2016/01/08

「不動産投資1年目の教科書」で紹介しているExcelシートの機能改良版

新しいバージョン(Rev.2016.1.8)をリリースしました。

いままでは単年度の税引後P/Lのみに焦点をあてた作りでしたが、購入から売却までのB/S(純資産増加)も把握できるようにしました。
これを見れば「保有期間中にCFがあまり出ない物件でも、x年保有して売却すれば最終的に手元にいくら残る。

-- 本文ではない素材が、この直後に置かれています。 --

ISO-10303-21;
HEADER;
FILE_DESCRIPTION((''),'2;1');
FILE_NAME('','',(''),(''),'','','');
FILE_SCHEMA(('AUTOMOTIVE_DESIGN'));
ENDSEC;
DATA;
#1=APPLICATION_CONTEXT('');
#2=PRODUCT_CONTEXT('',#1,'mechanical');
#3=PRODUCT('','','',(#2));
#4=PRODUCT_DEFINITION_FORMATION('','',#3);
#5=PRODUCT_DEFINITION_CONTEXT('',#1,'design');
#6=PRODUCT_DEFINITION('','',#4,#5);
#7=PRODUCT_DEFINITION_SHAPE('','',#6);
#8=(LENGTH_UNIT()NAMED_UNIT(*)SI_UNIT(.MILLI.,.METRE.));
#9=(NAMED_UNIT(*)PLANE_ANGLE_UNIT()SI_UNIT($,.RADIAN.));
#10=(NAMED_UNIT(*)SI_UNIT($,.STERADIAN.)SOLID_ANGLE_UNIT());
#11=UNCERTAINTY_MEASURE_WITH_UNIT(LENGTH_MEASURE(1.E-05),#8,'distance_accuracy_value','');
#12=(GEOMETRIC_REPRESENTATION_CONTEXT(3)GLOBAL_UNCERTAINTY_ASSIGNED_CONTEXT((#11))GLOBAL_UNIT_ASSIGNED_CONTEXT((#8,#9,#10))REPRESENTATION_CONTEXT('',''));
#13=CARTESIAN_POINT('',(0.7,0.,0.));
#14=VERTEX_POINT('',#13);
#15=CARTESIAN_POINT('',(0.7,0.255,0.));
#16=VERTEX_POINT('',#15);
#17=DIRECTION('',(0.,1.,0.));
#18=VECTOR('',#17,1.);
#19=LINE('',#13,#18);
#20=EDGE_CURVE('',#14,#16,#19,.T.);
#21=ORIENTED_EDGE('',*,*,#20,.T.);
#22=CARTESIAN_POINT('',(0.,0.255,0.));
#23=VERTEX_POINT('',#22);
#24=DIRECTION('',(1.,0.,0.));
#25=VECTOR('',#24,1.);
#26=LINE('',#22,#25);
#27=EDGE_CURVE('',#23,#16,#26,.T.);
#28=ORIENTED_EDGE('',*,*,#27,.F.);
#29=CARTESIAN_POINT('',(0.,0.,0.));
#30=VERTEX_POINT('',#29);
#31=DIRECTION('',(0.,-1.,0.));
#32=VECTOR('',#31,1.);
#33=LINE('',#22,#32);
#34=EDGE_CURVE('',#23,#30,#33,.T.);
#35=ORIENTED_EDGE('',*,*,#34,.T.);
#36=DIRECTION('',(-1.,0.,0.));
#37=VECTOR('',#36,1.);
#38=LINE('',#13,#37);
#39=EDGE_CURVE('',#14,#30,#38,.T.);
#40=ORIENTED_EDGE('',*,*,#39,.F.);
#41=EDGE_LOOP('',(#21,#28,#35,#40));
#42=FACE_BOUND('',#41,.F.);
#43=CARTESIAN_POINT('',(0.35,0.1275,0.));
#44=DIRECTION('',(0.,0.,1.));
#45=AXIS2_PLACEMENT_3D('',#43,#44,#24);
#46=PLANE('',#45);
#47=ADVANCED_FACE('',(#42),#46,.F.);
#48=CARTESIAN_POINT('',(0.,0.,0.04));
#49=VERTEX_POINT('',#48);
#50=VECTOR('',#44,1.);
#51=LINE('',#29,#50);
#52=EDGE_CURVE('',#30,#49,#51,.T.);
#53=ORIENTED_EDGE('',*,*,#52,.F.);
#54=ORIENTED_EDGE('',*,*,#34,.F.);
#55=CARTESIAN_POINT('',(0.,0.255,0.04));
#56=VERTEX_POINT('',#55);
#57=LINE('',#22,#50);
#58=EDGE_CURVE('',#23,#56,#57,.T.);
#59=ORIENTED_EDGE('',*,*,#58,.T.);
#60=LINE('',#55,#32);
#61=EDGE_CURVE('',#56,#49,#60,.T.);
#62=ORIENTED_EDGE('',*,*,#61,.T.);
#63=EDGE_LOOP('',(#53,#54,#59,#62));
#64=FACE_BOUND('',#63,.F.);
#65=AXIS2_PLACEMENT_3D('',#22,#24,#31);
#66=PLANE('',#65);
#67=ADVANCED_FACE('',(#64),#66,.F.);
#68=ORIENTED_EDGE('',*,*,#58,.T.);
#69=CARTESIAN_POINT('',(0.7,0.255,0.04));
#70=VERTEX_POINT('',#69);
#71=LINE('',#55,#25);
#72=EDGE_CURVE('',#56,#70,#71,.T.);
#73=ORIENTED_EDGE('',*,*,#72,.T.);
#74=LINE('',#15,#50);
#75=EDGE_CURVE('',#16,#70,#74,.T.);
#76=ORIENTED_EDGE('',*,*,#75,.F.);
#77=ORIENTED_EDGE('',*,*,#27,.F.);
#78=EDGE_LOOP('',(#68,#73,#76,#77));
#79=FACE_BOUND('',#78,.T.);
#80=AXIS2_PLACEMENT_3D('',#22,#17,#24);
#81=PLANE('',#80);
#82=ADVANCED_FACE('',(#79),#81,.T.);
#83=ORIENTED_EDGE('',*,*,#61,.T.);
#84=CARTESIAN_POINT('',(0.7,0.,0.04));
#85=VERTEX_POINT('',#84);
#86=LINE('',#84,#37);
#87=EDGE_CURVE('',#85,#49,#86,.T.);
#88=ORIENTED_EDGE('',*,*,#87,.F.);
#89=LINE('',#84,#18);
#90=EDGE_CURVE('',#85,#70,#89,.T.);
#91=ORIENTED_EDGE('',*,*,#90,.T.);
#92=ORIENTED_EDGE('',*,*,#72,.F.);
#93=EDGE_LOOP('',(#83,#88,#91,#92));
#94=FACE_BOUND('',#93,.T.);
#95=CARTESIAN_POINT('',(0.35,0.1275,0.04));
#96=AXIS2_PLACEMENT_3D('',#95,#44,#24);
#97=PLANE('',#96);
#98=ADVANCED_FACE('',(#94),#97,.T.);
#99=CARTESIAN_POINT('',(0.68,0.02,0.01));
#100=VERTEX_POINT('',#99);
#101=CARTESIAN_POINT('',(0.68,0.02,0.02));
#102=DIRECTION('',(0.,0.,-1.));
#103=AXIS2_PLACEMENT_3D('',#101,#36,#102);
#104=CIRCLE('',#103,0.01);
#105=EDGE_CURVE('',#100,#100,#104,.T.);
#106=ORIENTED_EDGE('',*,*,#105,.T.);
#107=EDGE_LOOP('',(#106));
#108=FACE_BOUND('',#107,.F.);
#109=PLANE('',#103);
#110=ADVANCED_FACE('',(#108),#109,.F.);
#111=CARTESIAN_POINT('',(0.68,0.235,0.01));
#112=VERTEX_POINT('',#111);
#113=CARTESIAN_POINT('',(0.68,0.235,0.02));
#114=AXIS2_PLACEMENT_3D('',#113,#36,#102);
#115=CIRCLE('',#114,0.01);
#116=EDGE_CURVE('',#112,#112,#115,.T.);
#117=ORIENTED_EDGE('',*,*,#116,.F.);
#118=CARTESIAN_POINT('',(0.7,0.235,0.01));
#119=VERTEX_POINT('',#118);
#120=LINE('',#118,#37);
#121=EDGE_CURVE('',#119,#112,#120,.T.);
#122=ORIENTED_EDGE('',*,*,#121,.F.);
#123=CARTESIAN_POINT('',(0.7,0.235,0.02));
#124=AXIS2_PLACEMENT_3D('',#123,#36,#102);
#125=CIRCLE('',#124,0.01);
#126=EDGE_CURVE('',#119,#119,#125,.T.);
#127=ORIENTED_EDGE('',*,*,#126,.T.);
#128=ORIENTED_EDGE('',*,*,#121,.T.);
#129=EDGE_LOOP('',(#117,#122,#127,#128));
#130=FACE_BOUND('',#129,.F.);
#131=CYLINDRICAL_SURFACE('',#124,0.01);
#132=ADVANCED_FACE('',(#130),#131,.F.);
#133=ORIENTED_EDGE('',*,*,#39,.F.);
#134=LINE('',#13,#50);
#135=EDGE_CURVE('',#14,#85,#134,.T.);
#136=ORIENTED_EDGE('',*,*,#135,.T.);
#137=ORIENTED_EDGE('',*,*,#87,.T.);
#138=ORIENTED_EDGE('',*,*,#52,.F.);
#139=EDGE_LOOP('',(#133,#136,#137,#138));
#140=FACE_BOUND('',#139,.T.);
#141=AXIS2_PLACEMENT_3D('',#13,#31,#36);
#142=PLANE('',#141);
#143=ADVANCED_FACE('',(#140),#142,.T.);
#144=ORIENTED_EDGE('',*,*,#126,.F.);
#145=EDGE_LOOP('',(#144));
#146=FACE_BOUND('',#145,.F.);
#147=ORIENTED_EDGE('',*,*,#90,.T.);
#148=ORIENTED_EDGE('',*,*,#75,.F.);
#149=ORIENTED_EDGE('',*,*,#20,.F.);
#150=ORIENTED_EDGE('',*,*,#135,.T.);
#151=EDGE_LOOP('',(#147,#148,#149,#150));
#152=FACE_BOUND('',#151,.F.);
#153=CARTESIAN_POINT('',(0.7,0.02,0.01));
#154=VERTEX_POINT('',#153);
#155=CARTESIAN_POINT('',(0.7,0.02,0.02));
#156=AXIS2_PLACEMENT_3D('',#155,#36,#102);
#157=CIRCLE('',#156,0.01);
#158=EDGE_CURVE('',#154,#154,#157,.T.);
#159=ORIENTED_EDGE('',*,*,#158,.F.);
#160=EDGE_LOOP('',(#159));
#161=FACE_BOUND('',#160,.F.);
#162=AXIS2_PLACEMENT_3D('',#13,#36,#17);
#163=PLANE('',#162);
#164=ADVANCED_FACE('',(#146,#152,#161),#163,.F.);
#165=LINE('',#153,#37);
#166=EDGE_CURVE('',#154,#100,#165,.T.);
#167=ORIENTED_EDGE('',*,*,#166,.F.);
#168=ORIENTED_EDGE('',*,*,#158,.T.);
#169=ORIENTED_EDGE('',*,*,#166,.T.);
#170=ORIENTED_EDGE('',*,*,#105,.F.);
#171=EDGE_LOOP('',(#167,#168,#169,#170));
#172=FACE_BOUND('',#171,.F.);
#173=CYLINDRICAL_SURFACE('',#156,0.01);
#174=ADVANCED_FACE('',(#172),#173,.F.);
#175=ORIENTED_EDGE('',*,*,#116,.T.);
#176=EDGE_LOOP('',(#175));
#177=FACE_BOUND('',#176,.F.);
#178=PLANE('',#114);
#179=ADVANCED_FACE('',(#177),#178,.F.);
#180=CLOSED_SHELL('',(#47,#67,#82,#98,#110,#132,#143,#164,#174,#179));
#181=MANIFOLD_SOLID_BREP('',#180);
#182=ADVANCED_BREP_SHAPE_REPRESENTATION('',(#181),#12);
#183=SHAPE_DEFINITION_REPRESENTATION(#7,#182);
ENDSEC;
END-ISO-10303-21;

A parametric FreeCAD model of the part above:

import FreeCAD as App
import Part
import Sketcher


def add_polygon(sketch, points):
    """Adds a closed chain of lines whose ends are joined by coincident constraints."""
    first, n = sketch.GeometryCount, len(points)
    for a, b in zip(points, points[1:] + points[:1]):
        sketch.addGeometry(Part.LineSegment(App.Vector(*a, 0), App.Vector(*b, 0)), False)
    for i in range(n):
        sketch.addConstraint(Sketcher.Constraint("Coincident", first + i, 2, first + (i + 1) % n, 1))

doc = App.newDocument("Part")
params = doc.addObject("Spreadsheet::Sheet", "Params")
for row, (alias, value) in enumerate([
    ("sketch1_width", "0.7 mm"),
    ("pad1_length", "0.04 mm"),
    ("sketch2_diameter", "0.02 mm"),
    ("hole_diameter", "0.02 mm"),
    ("hole_depth", "0.02 mm"),
    ("sketch3_diameter", "0.02 mm"),
    ("hole2_diameter", "0.02 mm"),
    ("hole2_depth", "0.02 mm"),
], start=1):
    params.set(f"A{row}", alias)
    params.set(f"B{row}", "=" + value)
    params.setAlias(f"B{row}", alias)

body = doc.addObject("PartDesign::Body", "Body")

sketch1 = body.newObject("Sketcher::SketchObject", "Sketch")
sketch1.AttachmentSupport = (doc.getObject("XY_Plane"), [""])
sketch1.MapMode = "FlatFace"
add_polygon(sketch1, [(0.7, 0.26), (0, 0.26), (0, 0), (0.7, 0)])
sketch1.addConstraint(Sketcher.Constraint("Horizontal", 0))
sketch1.addConstraint(Sketcher.Constraint("Vertical", 1))
sketch1.addConstraint(Sketcher.Constraint("Horizontal", 2))
sketch1.addConstraint(Sketcher.Constraint("Vertical", 3))
sketch1.addConstraint(Sketcher.Constraint("Coincident", 1, 2, -1, 1))
sketch1.addConstraint(Sketcher.Constraint("DistanceX", 0, 2, 0, 1, 0.7))
sketch1.addConstraint(Sketcher.Constraint("DistanceY", 1, 2, 1, 1, 0.255))
sketch1.setExpression("Constraints[9]", "Params.sketch1_width")
pad1 = body.newObject("PartDesign::Pad", "Pad")
pad1.Profile = sketch1
pad1.setExpression("Length", "Params.pad1_length")

sketch2 = body.newObject("Sketcher::SketchObject", "Sketch001")
sketch2.AttachmentSupport = (doc.getObject("YZ_Plane"), [""])
sketch2.MapMode = "FlatFace"
sketch2.AttachmentOffset = App.Placement(App.Vector(0, 0, 0.7), App.Rotation())
sketch2.addGeometry(Part.Circle(App.Vector(0.02, 0.02, 0), App.Vector(0, 0, 1), 0.01), False)
sketch2.addConstraint(Sketcher.Constraint("Diameter", 0, 0.02))
sketch2.addConstraint(Sketcher.Constraint("DistanceX", -1, 1, 0, 3, 0.02))
sketch2.addConstraint(Sketcher.Constraint("DistanceY", -1, 1, 0, 3, 0.02))
sketch2.setExpression("Constraints[0]", "Params.sketch2_diameter")
doc.recompute()
hole = body.newObject("PartDesign::Hole", "Hole")
hole.Profile = sketch2
hole.ThreadType = "None"
hole.setExpression("Diameter", "Params.hole_diameter")
hole.DepthType = "Dimension"
hole.setExpression("Depth", "Params.hole_depth")
hole.DrillPoint = "Flat"

sketch3 = body.newObject("Sketcher::SketchObject", "Sketch002")
sketch3.AttachmentSupport = (doc.getObject("YZ_Plane"), [""])
sketch3.MapMode = "FlatFace"
sketch3.AttachmentOffset = App.Placement(App.Vector(0, 0, 0.7), App.Rotation())
sketch3.addGeometry(Part.Circle(App.Vector(0.235, 0.02, 0), App.Vector(0, 0, 1), 0.01), False)
sketch3.addConstraint(Sketcher.Constraint("Diameter", 0, 0.02))
sketch3.addConstraint(Sketcher.Constraint("DistanceY", -1, 1, 0, 3, 0.02))
sketch3.addConstraint(Sketcher.Constraint("DistanceX", -1, 1, 0, 3, 0.235))
sketch3.setExpression("Constraints[0]", "Params.sketch3_diameter")
doc.recompute()
hole2 = body.newObject("PartDesign::Hole", "Hole001")
hole2.Profile = sketch3
hole2.ThreadType = "None"
hole2.setExpression("Diameter", "Params.hole2_diameter")
hole2.DepthType = "Dimension"
hole2.setExpression("Depth", "Params.hole2_depth")
hole2.DrillPoint = "Flat"

doc.recompute()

その利回り(IRRとマルチプル)はy%だ」という計算ができます。
http://cpx.co.jp/article-estate/491

[Rev.2016.1.8の特徴]
・今までのバージョンでできたことは、新バージョンでもほぼすべて可能
・(P/L項目-表示変更)「テナント募集仲介・広告費」と「原状回復費用」を別項目にした
・(P/L項目-表示変更)繰越欠損期末残高を表示するようにした
・(B/S項目と売却試算)毎期末に「保有期間中の税後CF累計」「ブレイクイーブン売却価格」「税務上の土地建物簿価」「税務上の物件売却益」「物件売却に対する実効税率推奨値」「売却時譲渡益課税」「物件売却時税引前CF」「物件売却時税引後CF」「当期純資産増加額」「純資産(購入から売却までCF総額)」を表示するようにした
・(B/S項目と売却試算)毎期末ごとに「想定物件売却価格」と「物件売却に対する実効税率」を設定できるようにした
・(収益指標試算)毎期末に「税引前IRR」「税引後IRR」「税引前MIRR(再投資なし利回り)」「税引後MIRR(再投資なし利回り)」「マルチプル(CF総額/初期投下資金)」を表示するようにした
・(at a glance項目)「ローン支払い月額」の内訳として「うち元金支払い月額」「うち金利支払い月額」を追加した
・(削除した機能)売却時の仲介手数料は1通りのみ設定して、いつ売却してもその手数料が適用されるようにした(前バージョンは2通り設定できた)
・(バグ修正)Excel内のバグ修正履歴シートをご覧ください

マニュアルがまだできていませんが、旧バージョンを使っていた人ならば、概ね見れば分かると思います。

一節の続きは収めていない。